I wonder if you are fixing this too late in the stack and we could improve previous layer to already use 8 bits characters. From your experiments, from where were those AtomicString initialized and why are they using 16bits string?
Comment 4 Benjamin Poulain 2012-08-02 14:47:18 PDT
Comment on attachment 154883 [details]
Patch

View in context: https://bugs.webkit.org/attachment.cgi?id=154883&action=review

Before moving forward with this, please get some numbers on the performance gain:

How much CPU time does the change cost in the positive and negative cases?
How many times do we each each branch in real web pages?
How many bytes saved (don't forget it is possible we do 16bits conversion later in which case your change causes extra memory, not less)?

> Source/WTF/wtf/text/ASCIIFastPath.h:117
> +inline bool charactersAreAll8Bit(const UChar* characters, size_t length)
> +{
> +    MachineWord allCharBits = orAllCharacters(characters, length);
> +    MachineWord non8BitMask = Non8BitMask<sizeof(MachineWord)>::value();
> +    return !(allCharBits & non8BitMask);
> +}

This is the wrong place for this function. The file is ASCIIFastPath, it is about the ASCII functions.

> Source/WTF/wtf/text/AtomicString.cpp:117
> +static inline void constructMinimalStringImpl(StringImpl*& location, const UChar * buffer, unsigned length)

const UChar * buffer -> coding style.

This function should be in StringImpl, not in AtomicString.

> Source/WTF/wtf/text/AtomicString.cpp:120
> +        // optimize for 8 bit strings

Bad formatting for your comment, see http://www.webkit.org/coding/coding-style.html.
This comment is pretty useless anyway, you could remove it.

> Source/WTF/wtf/text/AtomicString.cpp:122
> +        location = StringImpl::createUninitialized(length, data8).leakRef();

This leakRef() makes the ownership difficult to follow.
Please return a PassRefPtr from here instead.

> Source/WTF/wtf/text/AtomicString.cpp:125
> +            data8[i] = (LChar) data16[i];

Please use an explicit C++ cast, not a C cast.

> Source/WTF/wtf/text/AtomicString.cpp:218
> +            // optimize for ascii

The style is wrong (see above). You can also remove this comment.

> Source/WTF/wtf/text/AtomicString.cpp:219
> +            location = StringImpl::create((const LChar*) buffer.characters, buffer.length).leakRef();

Cast (see above).
Comment 5 Benjamin Poulain 2012-08-02 15:02:11 PDT
> > Source/WTF/wtf/text/AtomicString.cpp:126
> > +    } else
> 
> else branch should also have { }

This is incorrect. The style on that else was good.

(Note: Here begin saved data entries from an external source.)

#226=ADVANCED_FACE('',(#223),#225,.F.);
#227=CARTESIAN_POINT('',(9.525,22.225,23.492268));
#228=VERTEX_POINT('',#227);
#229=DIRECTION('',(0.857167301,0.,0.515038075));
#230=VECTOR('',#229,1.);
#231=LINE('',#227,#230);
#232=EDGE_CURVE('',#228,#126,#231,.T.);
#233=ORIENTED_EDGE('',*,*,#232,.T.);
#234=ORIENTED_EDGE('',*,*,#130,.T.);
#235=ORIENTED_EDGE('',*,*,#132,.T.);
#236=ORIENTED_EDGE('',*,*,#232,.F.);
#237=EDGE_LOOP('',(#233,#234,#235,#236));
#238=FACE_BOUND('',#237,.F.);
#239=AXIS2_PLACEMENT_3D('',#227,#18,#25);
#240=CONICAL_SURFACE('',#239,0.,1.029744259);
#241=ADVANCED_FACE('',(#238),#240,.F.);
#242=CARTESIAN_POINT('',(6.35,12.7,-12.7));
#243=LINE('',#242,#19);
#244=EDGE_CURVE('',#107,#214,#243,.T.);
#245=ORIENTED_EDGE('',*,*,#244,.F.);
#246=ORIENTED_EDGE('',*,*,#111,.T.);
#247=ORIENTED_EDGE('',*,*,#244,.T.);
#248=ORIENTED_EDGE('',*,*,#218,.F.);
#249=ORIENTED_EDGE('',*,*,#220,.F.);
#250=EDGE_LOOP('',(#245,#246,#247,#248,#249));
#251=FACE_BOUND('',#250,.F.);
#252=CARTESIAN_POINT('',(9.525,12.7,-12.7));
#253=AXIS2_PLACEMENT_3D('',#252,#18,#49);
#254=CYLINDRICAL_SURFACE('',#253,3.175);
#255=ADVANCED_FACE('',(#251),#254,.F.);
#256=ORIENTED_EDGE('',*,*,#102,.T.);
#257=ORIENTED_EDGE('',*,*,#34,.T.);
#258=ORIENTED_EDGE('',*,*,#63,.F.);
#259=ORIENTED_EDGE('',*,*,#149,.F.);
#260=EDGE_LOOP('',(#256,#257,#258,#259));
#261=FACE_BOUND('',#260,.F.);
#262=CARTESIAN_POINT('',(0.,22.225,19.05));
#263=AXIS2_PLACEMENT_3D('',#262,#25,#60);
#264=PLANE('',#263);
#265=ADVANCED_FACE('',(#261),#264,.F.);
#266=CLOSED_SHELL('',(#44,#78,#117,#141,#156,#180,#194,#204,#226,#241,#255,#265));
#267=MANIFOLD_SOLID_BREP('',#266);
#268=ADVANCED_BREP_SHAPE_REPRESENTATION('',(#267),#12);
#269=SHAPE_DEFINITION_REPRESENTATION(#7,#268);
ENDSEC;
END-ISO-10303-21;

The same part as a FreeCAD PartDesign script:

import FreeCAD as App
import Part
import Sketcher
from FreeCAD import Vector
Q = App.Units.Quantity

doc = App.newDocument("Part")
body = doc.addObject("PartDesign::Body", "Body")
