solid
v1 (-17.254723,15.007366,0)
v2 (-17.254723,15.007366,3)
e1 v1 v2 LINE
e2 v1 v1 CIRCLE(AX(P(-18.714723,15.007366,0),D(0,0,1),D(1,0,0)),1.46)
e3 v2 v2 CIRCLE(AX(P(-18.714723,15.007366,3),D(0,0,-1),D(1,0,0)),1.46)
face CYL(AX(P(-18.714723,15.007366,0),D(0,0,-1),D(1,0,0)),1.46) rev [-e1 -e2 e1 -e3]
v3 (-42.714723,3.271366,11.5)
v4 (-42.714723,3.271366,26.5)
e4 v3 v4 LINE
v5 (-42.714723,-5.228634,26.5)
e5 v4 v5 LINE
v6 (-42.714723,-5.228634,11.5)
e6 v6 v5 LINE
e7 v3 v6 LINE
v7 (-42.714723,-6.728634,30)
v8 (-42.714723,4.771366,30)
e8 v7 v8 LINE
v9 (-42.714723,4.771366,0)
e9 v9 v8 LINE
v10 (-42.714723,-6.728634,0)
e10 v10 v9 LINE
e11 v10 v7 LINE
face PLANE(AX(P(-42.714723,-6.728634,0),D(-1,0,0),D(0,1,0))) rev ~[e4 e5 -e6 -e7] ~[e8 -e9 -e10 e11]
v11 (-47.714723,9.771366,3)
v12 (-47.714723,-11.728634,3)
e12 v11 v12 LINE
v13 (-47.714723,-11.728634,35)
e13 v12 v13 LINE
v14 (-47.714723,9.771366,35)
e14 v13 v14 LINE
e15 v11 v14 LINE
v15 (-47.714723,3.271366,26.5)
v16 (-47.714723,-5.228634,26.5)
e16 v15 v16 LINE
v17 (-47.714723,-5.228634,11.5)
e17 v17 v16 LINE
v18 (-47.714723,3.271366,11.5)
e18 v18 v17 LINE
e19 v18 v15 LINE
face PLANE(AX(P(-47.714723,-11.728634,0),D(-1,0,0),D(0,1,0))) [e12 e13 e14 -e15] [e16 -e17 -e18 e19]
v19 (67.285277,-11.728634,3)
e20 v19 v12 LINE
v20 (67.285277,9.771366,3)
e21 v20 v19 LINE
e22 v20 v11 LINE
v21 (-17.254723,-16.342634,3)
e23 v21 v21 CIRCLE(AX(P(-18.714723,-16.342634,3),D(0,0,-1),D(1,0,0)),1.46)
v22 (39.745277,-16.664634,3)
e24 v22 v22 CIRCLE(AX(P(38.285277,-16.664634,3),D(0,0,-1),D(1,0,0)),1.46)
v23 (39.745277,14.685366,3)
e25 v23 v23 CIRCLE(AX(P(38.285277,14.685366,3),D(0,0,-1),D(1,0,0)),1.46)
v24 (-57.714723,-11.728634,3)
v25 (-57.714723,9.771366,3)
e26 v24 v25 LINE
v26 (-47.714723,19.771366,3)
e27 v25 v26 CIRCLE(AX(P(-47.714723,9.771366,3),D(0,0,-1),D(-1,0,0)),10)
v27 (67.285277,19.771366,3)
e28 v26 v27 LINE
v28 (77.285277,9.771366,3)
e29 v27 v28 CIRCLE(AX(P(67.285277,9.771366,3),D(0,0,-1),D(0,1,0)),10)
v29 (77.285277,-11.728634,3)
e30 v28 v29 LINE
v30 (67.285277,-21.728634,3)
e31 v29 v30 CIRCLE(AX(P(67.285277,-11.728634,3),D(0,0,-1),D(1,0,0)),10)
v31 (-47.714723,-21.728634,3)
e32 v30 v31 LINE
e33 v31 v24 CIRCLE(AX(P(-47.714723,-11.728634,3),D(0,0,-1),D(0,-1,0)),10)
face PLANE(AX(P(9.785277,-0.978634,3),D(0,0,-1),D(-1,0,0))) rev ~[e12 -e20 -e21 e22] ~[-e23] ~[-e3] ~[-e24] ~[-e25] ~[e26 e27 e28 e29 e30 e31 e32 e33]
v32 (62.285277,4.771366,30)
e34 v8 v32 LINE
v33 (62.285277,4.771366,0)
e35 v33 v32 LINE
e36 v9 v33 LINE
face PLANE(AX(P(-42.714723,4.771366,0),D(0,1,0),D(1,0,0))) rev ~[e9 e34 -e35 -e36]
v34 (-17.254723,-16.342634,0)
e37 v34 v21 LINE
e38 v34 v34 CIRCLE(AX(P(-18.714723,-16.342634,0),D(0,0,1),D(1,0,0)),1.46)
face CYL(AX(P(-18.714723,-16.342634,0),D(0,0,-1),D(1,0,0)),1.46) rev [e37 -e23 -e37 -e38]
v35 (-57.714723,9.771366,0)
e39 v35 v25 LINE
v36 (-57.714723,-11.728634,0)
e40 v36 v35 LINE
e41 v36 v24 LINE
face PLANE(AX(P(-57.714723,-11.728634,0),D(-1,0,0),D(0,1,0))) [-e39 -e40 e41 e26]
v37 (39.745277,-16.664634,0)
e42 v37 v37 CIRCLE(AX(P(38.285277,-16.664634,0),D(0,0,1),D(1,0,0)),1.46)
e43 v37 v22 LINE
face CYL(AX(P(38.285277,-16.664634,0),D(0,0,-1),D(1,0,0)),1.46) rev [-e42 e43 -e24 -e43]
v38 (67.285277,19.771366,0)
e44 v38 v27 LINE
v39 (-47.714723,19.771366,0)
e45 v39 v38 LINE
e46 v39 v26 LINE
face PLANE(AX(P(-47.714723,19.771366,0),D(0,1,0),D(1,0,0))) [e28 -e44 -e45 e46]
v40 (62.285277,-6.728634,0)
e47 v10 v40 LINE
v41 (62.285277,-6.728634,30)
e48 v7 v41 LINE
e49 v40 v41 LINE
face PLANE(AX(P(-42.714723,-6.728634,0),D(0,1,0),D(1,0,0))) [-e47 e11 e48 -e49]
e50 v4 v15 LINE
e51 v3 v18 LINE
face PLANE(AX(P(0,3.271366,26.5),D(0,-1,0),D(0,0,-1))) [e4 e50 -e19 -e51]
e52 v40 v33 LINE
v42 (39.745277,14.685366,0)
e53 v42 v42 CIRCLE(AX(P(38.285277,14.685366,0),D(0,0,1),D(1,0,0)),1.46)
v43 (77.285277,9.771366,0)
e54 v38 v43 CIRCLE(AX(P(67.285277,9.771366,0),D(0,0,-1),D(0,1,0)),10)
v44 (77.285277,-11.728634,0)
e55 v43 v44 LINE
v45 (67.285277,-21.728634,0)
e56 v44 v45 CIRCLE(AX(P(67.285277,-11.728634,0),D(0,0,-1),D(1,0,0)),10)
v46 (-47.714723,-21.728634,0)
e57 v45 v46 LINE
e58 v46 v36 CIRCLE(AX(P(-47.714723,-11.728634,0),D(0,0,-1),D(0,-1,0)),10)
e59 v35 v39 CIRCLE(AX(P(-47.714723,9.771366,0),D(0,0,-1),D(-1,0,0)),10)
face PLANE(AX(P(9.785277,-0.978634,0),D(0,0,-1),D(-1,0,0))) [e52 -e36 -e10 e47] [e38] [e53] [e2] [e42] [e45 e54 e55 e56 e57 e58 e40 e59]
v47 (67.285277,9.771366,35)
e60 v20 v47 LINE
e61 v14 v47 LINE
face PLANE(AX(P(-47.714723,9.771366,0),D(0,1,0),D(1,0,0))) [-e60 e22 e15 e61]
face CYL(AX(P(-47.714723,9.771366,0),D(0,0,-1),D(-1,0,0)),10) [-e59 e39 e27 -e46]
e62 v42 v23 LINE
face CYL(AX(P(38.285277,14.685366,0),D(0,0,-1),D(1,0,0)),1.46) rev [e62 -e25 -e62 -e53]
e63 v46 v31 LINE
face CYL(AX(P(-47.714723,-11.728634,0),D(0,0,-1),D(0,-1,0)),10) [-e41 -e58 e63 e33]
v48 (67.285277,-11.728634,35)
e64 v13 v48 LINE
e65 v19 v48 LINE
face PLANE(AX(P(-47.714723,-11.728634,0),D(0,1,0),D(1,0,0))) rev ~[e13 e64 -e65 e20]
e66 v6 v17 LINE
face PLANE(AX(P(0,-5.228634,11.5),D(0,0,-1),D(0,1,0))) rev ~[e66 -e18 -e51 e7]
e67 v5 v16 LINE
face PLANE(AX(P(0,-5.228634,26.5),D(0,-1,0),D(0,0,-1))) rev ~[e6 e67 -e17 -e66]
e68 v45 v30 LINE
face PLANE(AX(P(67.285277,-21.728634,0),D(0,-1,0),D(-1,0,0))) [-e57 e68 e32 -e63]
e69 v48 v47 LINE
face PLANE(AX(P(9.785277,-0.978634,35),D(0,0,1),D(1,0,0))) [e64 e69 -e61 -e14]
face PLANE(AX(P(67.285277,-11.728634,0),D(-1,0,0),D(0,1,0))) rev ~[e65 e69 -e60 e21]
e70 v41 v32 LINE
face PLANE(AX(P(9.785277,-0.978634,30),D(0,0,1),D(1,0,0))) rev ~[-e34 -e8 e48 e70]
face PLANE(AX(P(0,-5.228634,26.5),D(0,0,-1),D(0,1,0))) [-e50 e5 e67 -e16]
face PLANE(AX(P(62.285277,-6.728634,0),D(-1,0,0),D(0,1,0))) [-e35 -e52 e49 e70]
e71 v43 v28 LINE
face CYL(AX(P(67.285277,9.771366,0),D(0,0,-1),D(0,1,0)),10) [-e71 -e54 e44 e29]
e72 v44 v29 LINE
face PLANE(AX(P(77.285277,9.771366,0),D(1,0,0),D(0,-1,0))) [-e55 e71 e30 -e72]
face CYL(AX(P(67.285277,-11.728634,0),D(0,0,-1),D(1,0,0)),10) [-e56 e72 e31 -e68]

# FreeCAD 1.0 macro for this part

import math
import FreeCAD as App
import Part
import Sketcher
from FreeCAD import Vector

doc = App.newDocument("Part")
body = doc.addObject("PartDesign::Body", "Body")

sketch1 = body.newObject("Sketcher::SketchObject", "Sketch")
sketch1.AttachmentSupport = (doc.getObject("XY_Plane"), [""])
sketch1.MapMode = "FlatFace"
sketch1.addGeometry(Part.LineSegment(Vector(-47.714723, 9.771366, 0), Vector(-47.714723, -11.728634, 0)), False)
sketch1.addGeometry(Part.LineSegment(Vector(-47.714723, -11.728634, 0), Vector(67.285277, -11.728634, 0)), False)
sketch1.addGeometry(Part.LineSegment(Vector(67.285277, -11.728634, 0), Vector(67.285277, 9.771366, 0)), False)
sketch1.addGeometry(Part.LineSegment(Vector(67.285277, 9.771366, 0), Vector(-47.714723, 9.771366, 0)), False)
sketch1.addConstraint(Sketcher.Constraint("Coincident", 0, 2, 1, 1))
sketch1.addConstraint(Sketcher.Constraint("Coincident", 1, 2, 2, 1))
sketch1.addConstraint(Sketcher.Constraint("Coincident", 2, 2, 3, 1))
sketch1.addConstraint(Sketcher.Constraint("Coincident", 3, 2, 0, 1))
sketch1.addConstraint(Sketcher.Constraint("Vertical", 0))
sketch1.addConstraint(Sketcher.Constraint("Horizontal", 1))
sketch1.addConstraint(Sketcher.Constraint("Vertical", 2))
sketch1.addConstraint(Sketcher.Constraint("Horizontal", 3))
sketch1.addConstraint(Sketcher.Constraint("DistanceX", 1, 1, 1, 2, 115.0))
sketch1.addConstraint(Sketcher.Constraint("DistanceY", 0, 2, 0, 1, 21.5))
sketch1.addConstraint(Sketcher.Constraint("DistanceX", 0, 2, -1, 1, 47.714723))
sketch1.addConstraint(Sketcher.Constraint("DistanceY", 0, 2, -1, 1, 11.728634))
pad1 = body.newObject("PartDesign::Pad", "Pad")
pad1.Profile = sketch1
pad1.Length = 35

sketch2 = body.newObject("Sketcher::SketchObject", "Sketch001")
sketch2.AttachmentSupport = (doc.getObject("XY_Plane"), [""])
sketch2.MapMode = "FlatFace"
sketch2.addGeometry(Part.LineSegment(Vector(67.285277, 19.771366, 0), Vector(-47.714723, 19.771366, 0)), False)
sketch2.addGeometry(Part.ArcOfCircle(Part.Circle(Vector(-47.714723, 9.771366, 0), Vector(0, 0, 1), 10), math.radians(90), math.radians(180)), False)
sketch2.addGeometry(Part.LineSegment(Vector(-57.714723, 9.771366, 0), Vector(-57.714723, -11.728634, 0)), False)
sketch2.addGeometry(Part.ArcOfCircle(Part.Circle(Vector(-47.714723, -11.728634, 0), Vector(0, 0, 1), 10), math.radians(180), math.radians(270)), False)
sketch2.addGeometry(Part.LineSegment(Vector(-47.714723, -21.728634, 0), Vector(67.285277, -21.728634, 0)), False)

Dan, please ping me on IRC when you have an update. This patch looks promising.
Comment 6 Dan Carney 2012-08-03 00:08:22 PDT
(In reply to comment #3)
> This is an interesting idea but I am missing how did we get here in the first place.
> 
> I wonder if you are fixing this too late in the stack and we could improve previous layer to already use 8 bits characters. From your experiments, from where were those AtomicString initialized and why are they using 16bits string?

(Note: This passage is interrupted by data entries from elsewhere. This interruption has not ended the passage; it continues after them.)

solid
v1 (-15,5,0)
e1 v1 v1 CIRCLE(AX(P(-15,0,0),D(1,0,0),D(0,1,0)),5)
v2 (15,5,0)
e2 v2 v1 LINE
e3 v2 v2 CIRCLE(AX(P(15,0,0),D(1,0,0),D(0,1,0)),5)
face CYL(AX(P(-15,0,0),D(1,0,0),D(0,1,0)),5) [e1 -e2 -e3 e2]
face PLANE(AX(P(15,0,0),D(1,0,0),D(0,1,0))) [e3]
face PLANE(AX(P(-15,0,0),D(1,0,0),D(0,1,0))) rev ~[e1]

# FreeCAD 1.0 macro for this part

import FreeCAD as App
import Part
import Sketcher
from FreeCAD import Vector

doc = App.newDocument("Part")
params = doc.addObject("Spreadsheet::Sheet", "Params")
for row, (alias, value) in enumerate([
    ("sketch1_width", "30 mm"),
    ("sketch1_height", "5 mm"),
    ("revolution_angle", "360 deg"),
], start=1):
    params.set(f"A{row}", alias)
    params.set(f"B{row}", "=" + value)
    params.setAlias(f"B{row}", alias)

body = doc.addObject("PartDesign::Body", "Body")

# Sketch on XY plane
sketch1 = doc.addObject("Sketcher::SketchObject", "Sketch")
body.addObject(sketch1)
sketch1.AttachmentSupport = (doc.XY_Plane, [""])
sketch1.MapMode = "FlatFace"
sketch1.addGeometry([
    Part.LineSegment(Vector(15, 0, 0), Vector(15, 5, 0)),
    Part.LineSegment(Vector(15, 5, 0), Vector(-15, 5, 0)),
    Part.LineSegment(Vector(-15, 5, 0), Vector(-15, 0, 0)),
    Part.LineSegment(Vector(-15, 0, 0), Vector(15, 0, 0)),
], False)
sketch1.addConstraint([
    Sketcher.Constraint("Coincident", 0, 2, 1, 1),
    Sketcher.Constraint("Coincident", 1, 2, 2, 1),
    Sketcher.Constraint("Coincident", 2, 2, 3, 1),
    Sketcher.Constraint("Coincident", 3, 2, 0, 1),
    Sketcher.Constraint("Vertical", 0),
    Sketcher.Constraint("Horizontal", 1),
    Sketcher.Constraint("Vertical", 2),
    Sketcher.Constraint("Horizontal", 3),
    Sketcher.Constraint("Symmetric", 2, 2, 3, 2, -1, 1),
    Sketcher.Constraint("DistanceX", 1, 2, 1, 1, 30.0),
    Sketcher.Constraint("DistanceY", 0, 1, 0, 2, 5.0),
])
sketch1.setExpression("Constraints[9]", "Params.sketch1_width")
sketch1.setExpression("Constraints[10]", "Params.sketch1_height")
revolution = doc.addObject("PartDesign::Revolution", "Revolution")
body.addObject(revolution)
revolution.Profile = sketch1
revolution.ReferenceAxis = (sketch1, ["H_Axis"])
revolution.setExpression("Angle", "Params.revolution_angle")

doc.recompute()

In some ways, this is definitely the wrong place to execute the 8 bit check, but strings flow in from a bunch of places where no conversion to 8 bit strings has yet been done - most of the strings are css properties and dom element attributes.  The reason that I want to inject 8 bit strings into the atomic table here is that these strings are often used in string composition downstream, and this means that all compositions are 16 bit as well, since there is no conversion from 16 bit to 8 bit anywhere, only the opposite.  The memory savings I was hoping to achieve was more from composed strings.

I can tell you now that on a typical page, almost 100% of the time, the 8 bit branch is taken, but I'll test the performance a bit and repost, particularly checking how often these strings get up converted to 16 bit and how often they are used in compositions.  If it's often, pre-attaching the original buffer to the 8 bit string might be a good option that would actually lead to memory savings on compositions.